## What is being asked
From the data below, return the exact lines starting at the line containing "f 156 151 153" and ending at the line containing "f 183 182 185", both included, and nothing else.
§ §
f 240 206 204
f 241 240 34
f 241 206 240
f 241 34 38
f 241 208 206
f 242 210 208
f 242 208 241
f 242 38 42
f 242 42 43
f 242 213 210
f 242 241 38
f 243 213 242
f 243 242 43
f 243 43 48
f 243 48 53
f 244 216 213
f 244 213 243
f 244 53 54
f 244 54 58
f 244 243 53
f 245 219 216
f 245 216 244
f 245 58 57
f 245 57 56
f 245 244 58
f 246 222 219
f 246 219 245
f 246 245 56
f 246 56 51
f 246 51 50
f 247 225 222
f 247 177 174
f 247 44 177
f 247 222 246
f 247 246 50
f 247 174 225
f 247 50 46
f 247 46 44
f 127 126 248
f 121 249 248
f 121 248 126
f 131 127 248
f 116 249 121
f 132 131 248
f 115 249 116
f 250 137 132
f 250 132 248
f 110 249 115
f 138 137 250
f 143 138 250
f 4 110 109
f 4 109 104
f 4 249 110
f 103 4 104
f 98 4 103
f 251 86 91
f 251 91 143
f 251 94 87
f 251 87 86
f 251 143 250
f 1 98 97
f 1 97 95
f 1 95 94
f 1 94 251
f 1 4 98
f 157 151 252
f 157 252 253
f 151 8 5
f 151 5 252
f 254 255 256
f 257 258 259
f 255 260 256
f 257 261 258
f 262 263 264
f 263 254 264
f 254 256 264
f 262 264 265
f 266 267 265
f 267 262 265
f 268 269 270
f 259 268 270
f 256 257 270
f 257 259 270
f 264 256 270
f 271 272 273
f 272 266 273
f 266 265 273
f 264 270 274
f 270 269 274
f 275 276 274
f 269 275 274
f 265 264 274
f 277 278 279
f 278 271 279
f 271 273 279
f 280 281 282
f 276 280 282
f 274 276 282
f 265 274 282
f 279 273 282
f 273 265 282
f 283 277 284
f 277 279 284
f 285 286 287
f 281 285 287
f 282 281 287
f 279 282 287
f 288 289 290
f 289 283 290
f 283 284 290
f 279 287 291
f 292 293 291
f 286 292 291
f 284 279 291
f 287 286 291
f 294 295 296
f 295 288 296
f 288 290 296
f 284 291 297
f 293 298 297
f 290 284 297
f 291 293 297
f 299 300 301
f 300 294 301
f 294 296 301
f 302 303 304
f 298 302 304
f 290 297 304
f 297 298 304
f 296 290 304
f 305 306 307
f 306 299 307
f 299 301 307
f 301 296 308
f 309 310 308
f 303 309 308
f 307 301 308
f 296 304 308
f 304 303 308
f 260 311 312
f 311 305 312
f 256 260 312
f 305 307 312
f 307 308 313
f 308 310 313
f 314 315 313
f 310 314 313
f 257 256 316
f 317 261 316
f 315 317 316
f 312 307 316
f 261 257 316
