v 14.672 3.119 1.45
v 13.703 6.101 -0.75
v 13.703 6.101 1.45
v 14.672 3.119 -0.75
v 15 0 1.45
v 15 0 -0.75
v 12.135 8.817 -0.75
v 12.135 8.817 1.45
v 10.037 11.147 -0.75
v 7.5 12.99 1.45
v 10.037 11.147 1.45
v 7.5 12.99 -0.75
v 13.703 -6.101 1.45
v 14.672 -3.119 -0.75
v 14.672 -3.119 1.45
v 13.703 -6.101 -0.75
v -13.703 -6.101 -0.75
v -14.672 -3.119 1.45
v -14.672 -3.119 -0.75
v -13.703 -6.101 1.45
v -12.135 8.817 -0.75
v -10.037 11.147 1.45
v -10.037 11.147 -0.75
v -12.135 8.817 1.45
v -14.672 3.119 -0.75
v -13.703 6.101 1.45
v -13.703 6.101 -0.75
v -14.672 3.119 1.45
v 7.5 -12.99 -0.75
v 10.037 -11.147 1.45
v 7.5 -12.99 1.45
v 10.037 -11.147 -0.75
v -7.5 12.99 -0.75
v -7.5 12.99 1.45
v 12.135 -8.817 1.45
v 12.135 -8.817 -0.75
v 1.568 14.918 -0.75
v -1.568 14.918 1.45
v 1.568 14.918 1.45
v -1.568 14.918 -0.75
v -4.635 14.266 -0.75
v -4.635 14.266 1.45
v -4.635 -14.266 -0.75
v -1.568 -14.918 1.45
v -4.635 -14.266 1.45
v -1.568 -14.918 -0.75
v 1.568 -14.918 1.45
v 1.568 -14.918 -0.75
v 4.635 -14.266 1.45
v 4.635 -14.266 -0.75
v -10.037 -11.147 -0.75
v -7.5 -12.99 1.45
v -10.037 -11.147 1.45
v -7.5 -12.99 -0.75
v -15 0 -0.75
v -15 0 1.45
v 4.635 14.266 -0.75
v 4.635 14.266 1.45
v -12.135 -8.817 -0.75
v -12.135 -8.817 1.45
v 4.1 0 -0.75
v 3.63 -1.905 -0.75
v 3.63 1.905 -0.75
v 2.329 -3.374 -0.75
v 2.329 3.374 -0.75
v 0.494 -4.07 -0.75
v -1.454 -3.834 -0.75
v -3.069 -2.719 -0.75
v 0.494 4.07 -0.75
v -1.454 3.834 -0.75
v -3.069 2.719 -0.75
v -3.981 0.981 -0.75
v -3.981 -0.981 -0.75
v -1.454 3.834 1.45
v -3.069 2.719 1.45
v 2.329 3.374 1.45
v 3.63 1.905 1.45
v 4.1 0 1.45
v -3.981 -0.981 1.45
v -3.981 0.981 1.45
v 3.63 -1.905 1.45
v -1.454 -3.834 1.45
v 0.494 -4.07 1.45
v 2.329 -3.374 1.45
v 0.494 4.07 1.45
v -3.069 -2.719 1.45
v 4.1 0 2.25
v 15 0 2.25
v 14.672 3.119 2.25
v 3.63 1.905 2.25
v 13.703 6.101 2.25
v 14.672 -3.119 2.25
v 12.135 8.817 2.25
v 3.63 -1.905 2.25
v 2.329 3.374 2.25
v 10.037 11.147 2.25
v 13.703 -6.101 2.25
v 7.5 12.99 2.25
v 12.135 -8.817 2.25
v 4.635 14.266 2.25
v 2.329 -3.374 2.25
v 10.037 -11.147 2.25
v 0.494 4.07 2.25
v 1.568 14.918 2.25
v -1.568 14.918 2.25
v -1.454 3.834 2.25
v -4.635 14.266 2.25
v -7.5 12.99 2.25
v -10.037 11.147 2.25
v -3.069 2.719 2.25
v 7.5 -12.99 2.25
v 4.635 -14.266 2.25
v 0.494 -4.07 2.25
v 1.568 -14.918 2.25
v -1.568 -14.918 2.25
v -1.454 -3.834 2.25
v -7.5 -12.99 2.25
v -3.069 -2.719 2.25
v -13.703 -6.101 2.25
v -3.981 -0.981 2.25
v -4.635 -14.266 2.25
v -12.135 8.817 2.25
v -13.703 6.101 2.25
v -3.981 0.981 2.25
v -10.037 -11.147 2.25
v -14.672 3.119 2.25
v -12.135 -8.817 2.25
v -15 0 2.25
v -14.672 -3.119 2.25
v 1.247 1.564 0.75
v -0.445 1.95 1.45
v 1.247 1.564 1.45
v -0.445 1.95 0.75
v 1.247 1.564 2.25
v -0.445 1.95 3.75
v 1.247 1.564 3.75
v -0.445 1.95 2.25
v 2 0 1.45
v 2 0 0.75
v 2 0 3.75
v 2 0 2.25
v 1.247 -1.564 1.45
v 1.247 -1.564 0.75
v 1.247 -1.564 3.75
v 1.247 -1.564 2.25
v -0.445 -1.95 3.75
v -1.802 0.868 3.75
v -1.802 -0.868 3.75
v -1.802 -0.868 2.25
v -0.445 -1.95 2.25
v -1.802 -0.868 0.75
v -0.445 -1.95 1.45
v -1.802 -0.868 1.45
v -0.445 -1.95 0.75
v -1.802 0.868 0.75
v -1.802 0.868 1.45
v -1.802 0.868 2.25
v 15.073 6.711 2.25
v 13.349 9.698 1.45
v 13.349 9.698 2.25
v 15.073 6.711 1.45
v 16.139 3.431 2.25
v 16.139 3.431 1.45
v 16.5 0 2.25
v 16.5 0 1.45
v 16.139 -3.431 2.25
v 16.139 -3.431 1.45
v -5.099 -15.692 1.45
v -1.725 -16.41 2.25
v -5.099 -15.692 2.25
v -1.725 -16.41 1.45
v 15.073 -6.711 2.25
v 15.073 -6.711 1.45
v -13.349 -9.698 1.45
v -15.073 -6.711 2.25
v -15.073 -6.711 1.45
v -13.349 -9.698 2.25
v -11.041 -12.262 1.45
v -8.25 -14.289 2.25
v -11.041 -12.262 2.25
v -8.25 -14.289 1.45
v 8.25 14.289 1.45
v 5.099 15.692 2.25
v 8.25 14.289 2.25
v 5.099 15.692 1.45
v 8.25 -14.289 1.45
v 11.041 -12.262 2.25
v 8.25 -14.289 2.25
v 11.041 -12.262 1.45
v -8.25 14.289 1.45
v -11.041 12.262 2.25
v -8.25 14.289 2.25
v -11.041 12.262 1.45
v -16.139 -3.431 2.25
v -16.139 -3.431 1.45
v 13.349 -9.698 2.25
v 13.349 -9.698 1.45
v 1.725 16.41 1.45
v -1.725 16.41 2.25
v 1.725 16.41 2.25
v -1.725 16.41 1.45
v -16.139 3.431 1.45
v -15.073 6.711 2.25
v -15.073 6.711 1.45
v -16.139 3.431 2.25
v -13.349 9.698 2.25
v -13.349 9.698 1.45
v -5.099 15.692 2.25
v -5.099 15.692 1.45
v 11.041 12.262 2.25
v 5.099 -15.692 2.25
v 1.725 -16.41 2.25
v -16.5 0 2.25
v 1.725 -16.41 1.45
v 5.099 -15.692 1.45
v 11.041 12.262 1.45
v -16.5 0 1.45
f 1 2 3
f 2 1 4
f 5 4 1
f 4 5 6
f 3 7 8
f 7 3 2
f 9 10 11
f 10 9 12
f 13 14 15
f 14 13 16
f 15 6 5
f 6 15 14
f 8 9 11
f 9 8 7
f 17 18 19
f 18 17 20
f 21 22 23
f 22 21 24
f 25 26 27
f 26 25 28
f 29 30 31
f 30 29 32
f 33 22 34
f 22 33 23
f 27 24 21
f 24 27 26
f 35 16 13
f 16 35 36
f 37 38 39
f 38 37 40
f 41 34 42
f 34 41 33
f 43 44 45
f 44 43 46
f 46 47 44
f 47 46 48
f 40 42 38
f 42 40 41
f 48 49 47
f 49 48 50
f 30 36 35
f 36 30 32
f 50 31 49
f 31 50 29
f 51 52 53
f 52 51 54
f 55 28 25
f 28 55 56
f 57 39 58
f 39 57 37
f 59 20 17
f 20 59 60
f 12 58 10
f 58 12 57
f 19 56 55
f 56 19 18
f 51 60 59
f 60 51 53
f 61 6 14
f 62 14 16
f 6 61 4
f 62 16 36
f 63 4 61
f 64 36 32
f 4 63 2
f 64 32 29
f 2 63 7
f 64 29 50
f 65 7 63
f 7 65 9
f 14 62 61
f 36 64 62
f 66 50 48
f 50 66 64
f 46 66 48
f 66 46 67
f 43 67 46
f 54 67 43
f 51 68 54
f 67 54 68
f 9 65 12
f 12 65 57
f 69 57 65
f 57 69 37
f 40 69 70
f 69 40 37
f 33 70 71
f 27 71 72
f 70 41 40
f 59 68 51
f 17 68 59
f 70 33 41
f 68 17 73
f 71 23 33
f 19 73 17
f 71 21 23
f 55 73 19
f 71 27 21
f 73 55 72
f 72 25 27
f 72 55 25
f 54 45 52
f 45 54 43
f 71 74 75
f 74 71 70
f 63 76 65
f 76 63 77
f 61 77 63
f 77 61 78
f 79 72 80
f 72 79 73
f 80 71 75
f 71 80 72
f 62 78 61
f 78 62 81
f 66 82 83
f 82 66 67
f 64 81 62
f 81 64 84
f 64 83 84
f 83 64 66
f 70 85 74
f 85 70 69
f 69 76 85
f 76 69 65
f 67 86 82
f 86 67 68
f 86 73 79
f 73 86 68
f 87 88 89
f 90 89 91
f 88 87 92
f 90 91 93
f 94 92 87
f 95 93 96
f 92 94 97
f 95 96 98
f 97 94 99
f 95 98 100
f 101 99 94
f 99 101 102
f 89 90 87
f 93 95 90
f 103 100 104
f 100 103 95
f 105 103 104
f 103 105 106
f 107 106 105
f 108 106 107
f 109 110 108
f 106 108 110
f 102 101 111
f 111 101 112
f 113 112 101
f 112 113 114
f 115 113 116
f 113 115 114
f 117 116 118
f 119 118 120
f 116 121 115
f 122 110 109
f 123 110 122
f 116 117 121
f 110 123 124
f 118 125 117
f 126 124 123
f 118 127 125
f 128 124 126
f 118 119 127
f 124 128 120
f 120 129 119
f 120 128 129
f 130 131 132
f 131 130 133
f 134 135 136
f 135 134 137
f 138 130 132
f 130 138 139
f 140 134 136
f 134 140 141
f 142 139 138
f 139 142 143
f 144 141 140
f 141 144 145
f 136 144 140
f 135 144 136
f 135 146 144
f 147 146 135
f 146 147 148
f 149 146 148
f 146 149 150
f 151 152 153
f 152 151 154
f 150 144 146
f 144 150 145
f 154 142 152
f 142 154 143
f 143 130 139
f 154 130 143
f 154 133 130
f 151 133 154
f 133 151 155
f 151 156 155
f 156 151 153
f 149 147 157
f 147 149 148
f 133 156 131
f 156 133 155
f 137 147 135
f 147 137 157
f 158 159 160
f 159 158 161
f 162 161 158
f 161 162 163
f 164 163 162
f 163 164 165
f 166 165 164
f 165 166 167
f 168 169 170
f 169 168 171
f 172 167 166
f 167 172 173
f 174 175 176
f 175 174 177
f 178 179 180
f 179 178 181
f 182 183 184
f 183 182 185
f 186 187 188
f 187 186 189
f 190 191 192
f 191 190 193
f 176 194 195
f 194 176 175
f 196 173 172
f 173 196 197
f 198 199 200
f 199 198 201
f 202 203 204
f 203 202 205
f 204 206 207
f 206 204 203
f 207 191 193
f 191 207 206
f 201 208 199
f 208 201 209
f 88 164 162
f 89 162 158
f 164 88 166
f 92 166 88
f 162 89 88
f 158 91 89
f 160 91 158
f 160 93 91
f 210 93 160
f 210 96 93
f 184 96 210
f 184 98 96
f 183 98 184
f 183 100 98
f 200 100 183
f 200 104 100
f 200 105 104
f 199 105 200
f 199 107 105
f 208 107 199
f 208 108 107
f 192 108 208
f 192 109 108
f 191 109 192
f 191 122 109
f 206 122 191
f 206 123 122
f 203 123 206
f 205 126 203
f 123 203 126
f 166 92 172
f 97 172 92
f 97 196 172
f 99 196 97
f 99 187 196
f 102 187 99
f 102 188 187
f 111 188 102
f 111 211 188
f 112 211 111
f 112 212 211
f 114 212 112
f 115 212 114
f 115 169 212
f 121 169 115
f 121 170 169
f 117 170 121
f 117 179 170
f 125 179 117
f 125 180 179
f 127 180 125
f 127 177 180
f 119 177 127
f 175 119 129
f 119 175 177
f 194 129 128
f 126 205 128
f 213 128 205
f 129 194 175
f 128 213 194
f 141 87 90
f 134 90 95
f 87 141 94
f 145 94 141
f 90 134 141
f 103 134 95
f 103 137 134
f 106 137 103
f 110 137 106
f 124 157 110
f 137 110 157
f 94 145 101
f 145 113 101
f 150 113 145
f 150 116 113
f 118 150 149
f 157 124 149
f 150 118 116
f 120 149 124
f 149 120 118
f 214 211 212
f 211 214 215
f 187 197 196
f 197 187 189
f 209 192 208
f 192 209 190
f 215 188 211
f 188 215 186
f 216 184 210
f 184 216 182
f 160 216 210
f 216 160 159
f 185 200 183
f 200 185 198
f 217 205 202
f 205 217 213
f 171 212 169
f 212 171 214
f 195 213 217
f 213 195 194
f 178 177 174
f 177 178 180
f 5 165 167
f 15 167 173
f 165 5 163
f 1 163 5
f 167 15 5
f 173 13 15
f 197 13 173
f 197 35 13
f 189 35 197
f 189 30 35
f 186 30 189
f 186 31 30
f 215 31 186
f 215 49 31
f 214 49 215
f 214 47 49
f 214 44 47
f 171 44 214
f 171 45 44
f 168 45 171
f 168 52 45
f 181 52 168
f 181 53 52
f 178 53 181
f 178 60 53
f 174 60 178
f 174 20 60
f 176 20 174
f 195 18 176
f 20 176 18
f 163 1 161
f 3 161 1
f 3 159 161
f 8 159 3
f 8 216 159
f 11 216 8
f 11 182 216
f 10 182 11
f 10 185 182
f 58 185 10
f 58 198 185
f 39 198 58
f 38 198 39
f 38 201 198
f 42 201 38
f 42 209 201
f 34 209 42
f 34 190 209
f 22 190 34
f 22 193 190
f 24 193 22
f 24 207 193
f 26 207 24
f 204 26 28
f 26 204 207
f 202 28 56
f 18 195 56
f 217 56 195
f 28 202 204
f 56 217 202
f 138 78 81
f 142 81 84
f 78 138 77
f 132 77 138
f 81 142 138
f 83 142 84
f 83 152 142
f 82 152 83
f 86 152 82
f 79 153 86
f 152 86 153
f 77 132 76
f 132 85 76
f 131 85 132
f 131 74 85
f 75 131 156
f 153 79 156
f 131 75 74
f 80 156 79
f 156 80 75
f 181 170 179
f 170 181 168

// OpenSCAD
// Parameters
inner_diameter = 8.0; //[4.0:16.0:0.1]
outer_diameter = 30.0; //[15.0:60.0:0.1]
thickness = 1.5; //[0.75:3.0:0.05]
hole_clearance = 0.2; //[0.0:0.6:0.05]
overlap = 0.8; //[0.5:2.0:0.1]
grommet_lip_height = 0.8; //[0.4:2.0:0.1]
grommet_lip_radial = 1.5; //[0.8:4.0:0.1]

// Penny Washer - complete geometry
module penny_washer() {
  color("Silver") {
    difference() {
      // Washer body
      cylinder(r=outer_diameter/2, h=thickness, center=true);
      // Inner through-hole
      translate([0, 0, -overlap])
        cylinder(r=(inner_diameter + hole_clearance)/2, h=thickness + 2*overlap, center=true);
    }
  }
}

// Screw And Washer - complete geometry
module screw_and_washer() {
  color("DimGray") {
    // Screw body (simplified as a cylinder for this example)
    translate([0, 0, thickness/2])
      cylinder(r=inner_diameter/4, h=thickness*2, center=true);
    // Washer
    penny_washer();
  }
}

// Round Grommet Top - complete geometry
module round_grommet_top() {
  color("Black") {
    // Grommet lip
    translate([0, 0, thickness/2 + grommet_lip_height/2 - overlap])
      cylinder(r=outer_diameter/2 + grommet_lip_radial, h=grommet_lip_height, center=true);
  }
}

// Round Grommet Assembly - complete geometry
module round_grommet_assembly() {
  union() {
    penny_washer();
    round_grommet_top();
  }
}

// Assembly
module assembly() {
  penny_washer();
  translate([0, 0, thickness]) screw_and_washer();
  translate([0, 0, thickness]) round_grommet_assembly();
}

assembly();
§ §
## Finished exercise
f 156 151 153
f 149 147 157
f 147 149 148
f 133 156 131
f 156 133 155
f 137 147 135
f 147 137 157
f 158 159 160
f 159 158 161
f 162 161 158
f 161 162 163
f 164 163 162
f 163 164 165
f 166 165 164
f 165 166 167
f 168 169 170
f 169 168 171
f 172 167 166
f 167 172 173
f 174 175 176
f 175 174 177
f 178 179 180
f 179 178 181
f 182 183 184
f 183 182 185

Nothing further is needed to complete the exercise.